FTP would be far worse than SCTP, because you're much more likely to be using
it.

I'll admit, my mind jumped immediately to "vulnerability in the kernel! much
worse than vulnerability in a web server!", which is exactly the wrong way to
think about the problem --- once you've conceded code execution to an
attacker, you've conceded the box.

Maybe that wasn't his argument. Thanks for calling me out on that.

Either way, the Linux advisory he cited should have absolutely no impact on
your consideration of SCTP.

------
scythe
"Since then, it has found its way into all major operating systems, including
GNU/Linux, BSD, and Solaris. It's also available for the Microsoft® Windows®
operating systems as a third-party commercial package."

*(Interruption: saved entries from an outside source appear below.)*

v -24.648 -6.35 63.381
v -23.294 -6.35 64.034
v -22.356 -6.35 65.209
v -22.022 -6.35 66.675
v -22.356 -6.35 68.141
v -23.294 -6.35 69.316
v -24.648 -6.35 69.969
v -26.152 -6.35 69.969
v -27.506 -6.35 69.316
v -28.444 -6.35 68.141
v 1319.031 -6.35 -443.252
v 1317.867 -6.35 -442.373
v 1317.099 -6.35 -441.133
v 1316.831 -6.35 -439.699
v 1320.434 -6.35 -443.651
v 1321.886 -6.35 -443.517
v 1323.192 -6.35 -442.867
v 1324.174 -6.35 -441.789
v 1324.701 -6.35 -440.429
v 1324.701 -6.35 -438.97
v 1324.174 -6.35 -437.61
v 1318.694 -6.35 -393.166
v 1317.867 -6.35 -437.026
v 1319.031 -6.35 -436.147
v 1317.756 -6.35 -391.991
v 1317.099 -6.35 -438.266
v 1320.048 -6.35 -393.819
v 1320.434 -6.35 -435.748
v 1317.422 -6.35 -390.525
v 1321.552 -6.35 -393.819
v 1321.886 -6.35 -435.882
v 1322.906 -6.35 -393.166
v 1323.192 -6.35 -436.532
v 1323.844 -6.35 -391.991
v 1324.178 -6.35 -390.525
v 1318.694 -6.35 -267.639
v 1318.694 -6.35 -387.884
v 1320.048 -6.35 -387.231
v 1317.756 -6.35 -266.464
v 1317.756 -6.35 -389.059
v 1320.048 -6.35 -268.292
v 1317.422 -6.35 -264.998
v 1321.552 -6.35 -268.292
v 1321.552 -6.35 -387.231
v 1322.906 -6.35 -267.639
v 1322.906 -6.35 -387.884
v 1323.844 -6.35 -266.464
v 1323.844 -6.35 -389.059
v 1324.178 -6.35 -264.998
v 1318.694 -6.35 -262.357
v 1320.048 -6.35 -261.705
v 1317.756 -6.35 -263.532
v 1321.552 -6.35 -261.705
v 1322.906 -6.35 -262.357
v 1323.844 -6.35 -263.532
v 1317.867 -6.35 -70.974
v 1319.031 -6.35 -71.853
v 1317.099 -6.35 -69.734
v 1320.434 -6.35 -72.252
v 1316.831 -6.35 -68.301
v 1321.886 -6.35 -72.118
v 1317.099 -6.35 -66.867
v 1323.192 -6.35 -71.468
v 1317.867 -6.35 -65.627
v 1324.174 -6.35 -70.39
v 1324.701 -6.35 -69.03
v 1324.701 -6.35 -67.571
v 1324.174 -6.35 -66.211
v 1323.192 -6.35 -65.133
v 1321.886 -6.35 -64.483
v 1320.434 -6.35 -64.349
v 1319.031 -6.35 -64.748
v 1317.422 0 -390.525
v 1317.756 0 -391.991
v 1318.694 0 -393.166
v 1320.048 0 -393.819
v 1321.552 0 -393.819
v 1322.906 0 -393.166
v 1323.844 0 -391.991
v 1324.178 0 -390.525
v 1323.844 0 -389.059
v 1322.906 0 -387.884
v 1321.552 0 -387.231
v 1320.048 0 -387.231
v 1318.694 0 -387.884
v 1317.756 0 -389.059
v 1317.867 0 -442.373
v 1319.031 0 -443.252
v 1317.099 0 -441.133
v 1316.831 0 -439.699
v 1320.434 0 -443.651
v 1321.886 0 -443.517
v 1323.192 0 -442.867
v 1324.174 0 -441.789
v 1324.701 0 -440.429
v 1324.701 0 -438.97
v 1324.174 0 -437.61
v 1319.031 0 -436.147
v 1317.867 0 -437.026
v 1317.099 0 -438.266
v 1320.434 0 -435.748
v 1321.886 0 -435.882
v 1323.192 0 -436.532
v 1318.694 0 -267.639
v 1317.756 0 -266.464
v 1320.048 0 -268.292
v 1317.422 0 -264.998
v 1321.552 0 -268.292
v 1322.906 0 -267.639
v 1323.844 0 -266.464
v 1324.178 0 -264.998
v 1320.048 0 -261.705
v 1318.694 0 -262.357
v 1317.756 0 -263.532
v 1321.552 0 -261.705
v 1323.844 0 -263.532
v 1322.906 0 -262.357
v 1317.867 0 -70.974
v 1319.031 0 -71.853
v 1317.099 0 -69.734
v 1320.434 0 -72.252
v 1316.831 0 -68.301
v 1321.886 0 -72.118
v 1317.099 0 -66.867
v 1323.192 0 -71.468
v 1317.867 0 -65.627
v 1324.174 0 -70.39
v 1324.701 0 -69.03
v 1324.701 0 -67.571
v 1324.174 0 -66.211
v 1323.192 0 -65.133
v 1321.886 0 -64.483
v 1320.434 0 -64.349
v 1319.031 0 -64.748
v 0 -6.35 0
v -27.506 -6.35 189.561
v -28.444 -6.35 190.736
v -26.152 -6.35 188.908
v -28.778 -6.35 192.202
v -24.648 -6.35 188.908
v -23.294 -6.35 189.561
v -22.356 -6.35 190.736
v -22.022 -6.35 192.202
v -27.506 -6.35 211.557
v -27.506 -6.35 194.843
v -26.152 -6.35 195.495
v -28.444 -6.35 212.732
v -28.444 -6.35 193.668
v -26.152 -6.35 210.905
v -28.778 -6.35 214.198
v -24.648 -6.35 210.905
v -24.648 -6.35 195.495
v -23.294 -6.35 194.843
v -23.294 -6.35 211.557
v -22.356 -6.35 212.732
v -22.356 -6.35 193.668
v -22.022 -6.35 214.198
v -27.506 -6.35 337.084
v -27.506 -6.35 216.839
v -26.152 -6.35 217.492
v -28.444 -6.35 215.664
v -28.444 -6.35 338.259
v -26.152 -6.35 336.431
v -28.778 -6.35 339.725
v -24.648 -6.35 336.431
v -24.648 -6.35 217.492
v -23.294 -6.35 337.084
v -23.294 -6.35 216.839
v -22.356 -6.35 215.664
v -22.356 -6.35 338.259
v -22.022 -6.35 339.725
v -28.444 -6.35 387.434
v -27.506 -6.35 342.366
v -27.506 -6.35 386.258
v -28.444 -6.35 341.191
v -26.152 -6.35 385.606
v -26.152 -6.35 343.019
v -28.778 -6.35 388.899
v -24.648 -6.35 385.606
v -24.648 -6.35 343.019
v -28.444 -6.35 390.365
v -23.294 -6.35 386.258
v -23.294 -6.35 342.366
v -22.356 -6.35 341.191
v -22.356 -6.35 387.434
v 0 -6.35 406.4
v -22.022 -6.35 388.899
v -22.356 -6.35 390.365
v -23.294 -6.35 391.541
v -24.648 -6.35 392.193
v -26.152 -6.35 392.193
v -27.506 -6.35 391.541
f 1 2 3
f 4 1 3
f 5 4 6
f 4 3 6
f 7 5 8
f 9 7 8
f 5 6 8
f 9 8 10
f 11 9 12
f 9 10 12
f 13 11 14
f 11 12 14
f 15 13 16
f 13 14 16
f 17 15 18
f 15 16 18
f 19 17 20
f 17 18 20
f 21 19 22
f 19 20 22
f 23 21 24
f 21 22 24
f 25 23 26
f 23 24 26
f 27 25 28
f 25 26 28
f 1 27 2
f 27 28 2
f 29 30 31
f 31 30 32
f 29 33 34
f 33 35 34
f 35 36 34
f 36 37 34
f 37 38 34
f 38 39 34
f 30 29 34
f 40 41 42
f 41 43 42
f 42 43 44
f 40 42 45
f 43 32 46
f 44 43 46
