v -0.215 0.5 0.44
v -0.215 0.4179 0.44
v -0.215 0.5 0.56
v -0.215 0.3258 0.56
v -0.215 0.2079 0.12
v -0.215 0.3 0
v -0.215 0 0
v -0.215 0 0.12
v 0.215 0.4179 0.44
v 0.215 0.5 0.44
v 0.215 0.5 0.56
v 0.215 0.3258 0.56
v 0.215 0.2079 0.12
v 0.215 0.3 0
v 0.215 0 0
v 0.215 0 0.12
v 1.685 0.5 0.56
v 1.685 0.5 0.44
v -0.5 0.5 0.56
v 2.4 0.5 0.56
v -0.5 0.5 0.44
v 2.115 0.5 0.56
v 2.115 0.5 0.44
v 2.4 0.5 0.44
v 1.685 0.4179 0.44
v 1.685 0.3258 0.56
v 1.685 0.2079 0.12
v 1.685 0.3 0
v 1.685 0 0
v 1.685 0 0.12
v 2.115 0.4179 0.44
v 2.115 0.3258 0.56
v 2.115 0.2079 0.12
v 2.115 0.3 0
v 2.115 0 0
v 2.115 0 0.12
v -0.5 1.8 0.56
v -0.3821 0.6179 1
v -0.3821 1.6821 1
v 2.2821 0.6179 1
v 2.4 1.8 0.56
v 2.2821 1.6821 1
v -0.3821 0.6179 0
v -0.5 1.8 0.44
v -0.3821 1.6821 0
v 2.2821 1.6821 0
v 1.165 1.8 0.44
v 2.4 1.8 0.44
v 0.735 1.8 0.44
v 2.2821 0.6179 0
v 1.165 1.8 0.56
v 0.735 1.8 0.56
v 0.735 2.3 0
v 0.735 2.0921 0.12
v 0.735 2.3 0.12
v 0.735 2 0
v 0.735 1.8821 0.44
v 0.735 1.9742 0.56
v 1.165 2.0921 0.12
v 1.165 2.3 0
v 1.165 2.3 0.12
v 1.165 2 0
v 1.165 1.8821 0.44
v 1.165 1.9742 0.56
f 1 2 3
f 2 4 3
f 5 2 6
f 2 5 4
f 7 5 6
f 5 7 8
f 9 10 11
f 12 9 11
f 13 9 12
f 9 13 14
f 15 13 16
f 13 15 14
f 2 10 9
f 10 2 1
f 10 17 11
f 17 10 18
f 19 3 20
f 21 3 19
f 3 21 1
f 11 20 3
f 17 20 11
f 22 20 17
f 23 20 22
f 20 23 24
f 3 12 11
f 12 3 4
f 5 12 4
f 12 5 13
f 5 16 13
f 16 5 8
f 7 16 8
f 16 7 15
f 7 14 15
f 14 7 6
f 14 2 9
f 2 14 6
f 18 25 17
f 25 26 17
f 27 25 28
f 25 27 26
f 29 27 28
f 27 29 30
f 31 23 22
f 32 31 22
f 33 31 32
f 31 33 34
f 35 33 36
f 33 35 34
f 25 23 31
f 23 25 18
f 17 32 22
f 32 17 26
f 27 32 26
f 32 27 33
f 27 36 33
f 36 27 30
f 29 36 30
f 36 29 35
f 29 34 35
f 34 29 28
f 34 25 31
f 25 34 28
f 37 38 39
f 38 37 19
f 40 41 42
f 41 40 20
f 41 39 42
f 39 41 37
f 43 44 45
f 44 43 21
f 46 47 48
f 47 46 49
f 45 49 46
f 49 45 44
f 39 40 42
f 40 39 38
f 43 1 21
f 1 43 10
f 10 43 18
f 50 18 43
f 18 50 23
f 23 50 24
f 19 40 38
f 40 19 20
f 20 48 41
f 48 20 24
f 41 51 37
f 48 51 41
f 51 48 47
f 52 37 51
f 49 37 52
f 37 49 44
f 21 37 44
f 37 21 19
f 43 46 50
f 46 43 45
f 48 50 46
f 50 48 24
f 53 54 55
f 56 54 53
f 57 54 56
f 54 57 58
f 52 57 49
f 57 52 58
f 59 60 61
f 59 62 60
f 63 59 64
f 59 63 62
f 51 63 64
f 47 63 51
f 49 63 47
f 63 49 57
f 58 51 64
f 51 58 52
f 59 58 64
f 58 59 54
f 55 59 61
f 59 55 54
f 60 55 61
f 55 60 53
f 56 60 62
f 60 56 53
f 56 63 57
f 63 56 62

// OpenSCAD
// file: pin.scad
// This module outputs bended pin
// _L - whole pin length
// _l - length of bottom part
// _H - whole pin height
// _th - pin thickness
// _a - bending angle
// _W - pin width
module pin(_L,_l,_H,_th,_a,_W)
{
	// Internal variables
    _d1 = _th*sin(_a) / (1-cos(_a));
    _d2 = (_th-_H)*cos(_a) / sin(_a);

	rotate([90,0,90])
    // Extrude the following polygon
	linear_extrude(height = _W, center = true, convexity = 10, twist = 0)
        polygon([[0,0],
                 [_l,0],
				 [_l+_d2,_H-_th],
				 [_L,_H-_th],
				 [_L,_H],
				 [_l+_d2-_d1,_H],
				 [_l-_d1,_th],
				 [0,_th]]);
}

// Example of usage
pin(2,1,1,0.2,115,0.5);
// file: case.scad
// This module draws case
// _L - case length
// _W - case width
// _H - case height
// _ph - top point (vertical) of pin connection area
// _pt - pin thickness
// _atl - case angle top left,
// _atr - case angle top right,
// _atu - case angle top up
// _atd - case angle top down
// _abl - case angle bottom left,
// _abr - case angle bottom right,
// _abu - case angle bottom up
// _abd - case angle bottom down
// _n_x - notch X position relative to case corner
// _n_y - notch Y position relative to case corner
// _n_d - notch diameter
// _n_z - notch_depth
module case(_L,_W,_H,_ph,_pt,_atl,_atr,_atu,_atd,_abl,_abr,_abu,_abd, _n_x, _n_y, _n_d, _n_z)
{
    _tth = _H - _ph;
    _bth = _ph - _pt;
    _dtl = _tth * cos(_atl) / sin(_atl);
    _dtr = _tth * cos(_atr) / sin(_atr);
    _dtu = _tth * cos(_atu) / sin(_atu);
    _dtd = _tth * cos(_atd) / sin(_atd);
    _dbl = _bth * cos(_abl) / sin(_abl);
    _dbr = _bth * cos(_abr) / sin(_abr);
    _dbu = _bth * cos(_abu) / sin(_abu);
    _dbd = _bth * cos(_abd) / sin(_abd);
	// Make case with notch - difference between case and small cylinder
    difference()
    {
        // This is our case
        polyhedron(
            points = [
                // top points
                [ 0 + _dtl, 0 + _dtd, _H],
                [_L - _dtr, 0 + _dtd, _H],
                [_L - _dtr,_W - _dtu, _H],
                [ 0 + _dtl,_W - _dtu, _H],
                // middle top points
                [ 0, 0,_ph],
                [_L, 0,_ph],
                [_L,_W,_ph],
                [ 0,_W,_ph],
                // middle bottom points
                [ 0, 0,_ph - _pt],
                [_L, 0,_ph - _pt],
                [_L,_W,_ph - _pt],
                [ 0,_W,_ph - _pt],
                // bottom points
                [ 0 + _dbl, 0 + _dbd, 0],
                [_L - _dbr, 0 + _dbd, 0],
                [_L - _dbr,_W - _dbu, 0],
                [ 0 + _dbl,_W - _dbu, 0]
            ],
            triangles = [
                // Top
                [ 0, 3, 2, 1],
                // Top sides
                [ 4, 0, 1, 5],
                [ 5, 1, 2, 6],
                [ 6, 2, 3, 7],
                [ 7, 3, 0, 4],
                // Middle sides
                [ 4, 5, 9, 8],
                [ 5, 6,10, 9],
                [ 6, 7,11,10],
                [ 7, 4, 8,11],
                // Bottom sides
                [12, 8, 9,13],
                [13, 9,10,14],
                [14,10,11,15],
                [15,11, 8,12],
                // Bottom
                [12,13,14,15]
            ]
        );
        // This is notch
        translate([_n_x,_n_y,_H])
            cylinder(r = _n_d/2, h = _n_z*2, center = true, $fn=10);
    }
}

// Example of usage
// case(10,5,1.5,0.7,0.3,80,80,80,80,45,45,45,45, 1,1,1);
// main file
use <case.scad>
use <pin.scad>

case_z = 1;
case_x = 2.9;
case_y = 1.3;
case_a = 75;

notch_d=0;
notch_depth=0.1;
notch_x=0.8;
notch_y=0.8;

side1_pins = 2;
side2_pins = 0;
side3_pins = 1;
side4_pins = 0;
pin_distance = 1.9;

pin_th = 0.12;
pin_W1 = 0.43;
pin_W2 = 0;
pin_W3 = 0.43;
pin_W4 = 0;
pin_L = 0.5;
pin_H = case_z/2+pin_th/2;
pin_l = 0.30;
pin_a = 105;

// Array of pins
// _cnt - number of pins
// _distance - distance between pin centres
module pins_array(_cnt, _distance, _pin_w)
{
	if (_cnt>0)
	{
		for (_i = [0:_cnt-1])
		{
			translate([_distance*_i,0,0])
				pin(pin_L,pin_l,pin_H,pin_th,pin_a,_pin_w);
		}
	}
}

// Complete model
union()
{
	// Top pins
	translate([(side1_pins-side3_pins)*pin_distance/2,case_y+pin_L*2,0])
		mirror([0,1,0])
			pins_array(side3_pins, pin_distance, pin_W3);

	// Bottom pins
	pins_array(side1_pins, pin_distance, pin_W1);

	// Left pins
	translate([-(case_x-(side1_pins-1)*pin_distance)/2 - pin_L,pin_L+case_y/2-(side4_pins-1)*pin_distance/2,0])
		mirror([1,0,0])
			rotate([0,0,90])
				pins_array(side4_pins, pin_distance);

	// Right pins
	translate([-(case_x-(side1_pins-1)*pin_distance)/2-pin_L+case_x+2*pin_L,pin_L+case_y/2-(side2_pins-1)*pin_distance/2,0])
		mirror([0,1,0])
			mirror([0,1,0])
				rotate([0,0,90])
					pins_array(side2_pins, pin_distance);

	// Case
	translate([-(case_x-(side1_pins-1)*pin_distance)/2,pin_L,0])
		case(case_x,case_y,case_z,pin_H,pin_th,case_a,case_a,case_a,case_a,case_a,case_a,case_a,case_a, notch_x,notch_y,notch_d,notch_depth);
}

I don't think that you can really exclude Windows from the category "major
operating systems". It might not be your favorite operating system (it
certainly isn't mine), but give the devil his due.

------
ajb
What would be really cool would be a sctp option for vnc. When you're working
on a poor connection, it's really annoying when vnc becomes blocked waiting
for some rectangle to be retransmitted, when it could perfectly well keep
going updating the other rectangles.

------
planckscnst
Would it be ideal for HTTP to be delivered over SCTP instead of TCP? If so,
how the heck can the internet migrate over to SCTP?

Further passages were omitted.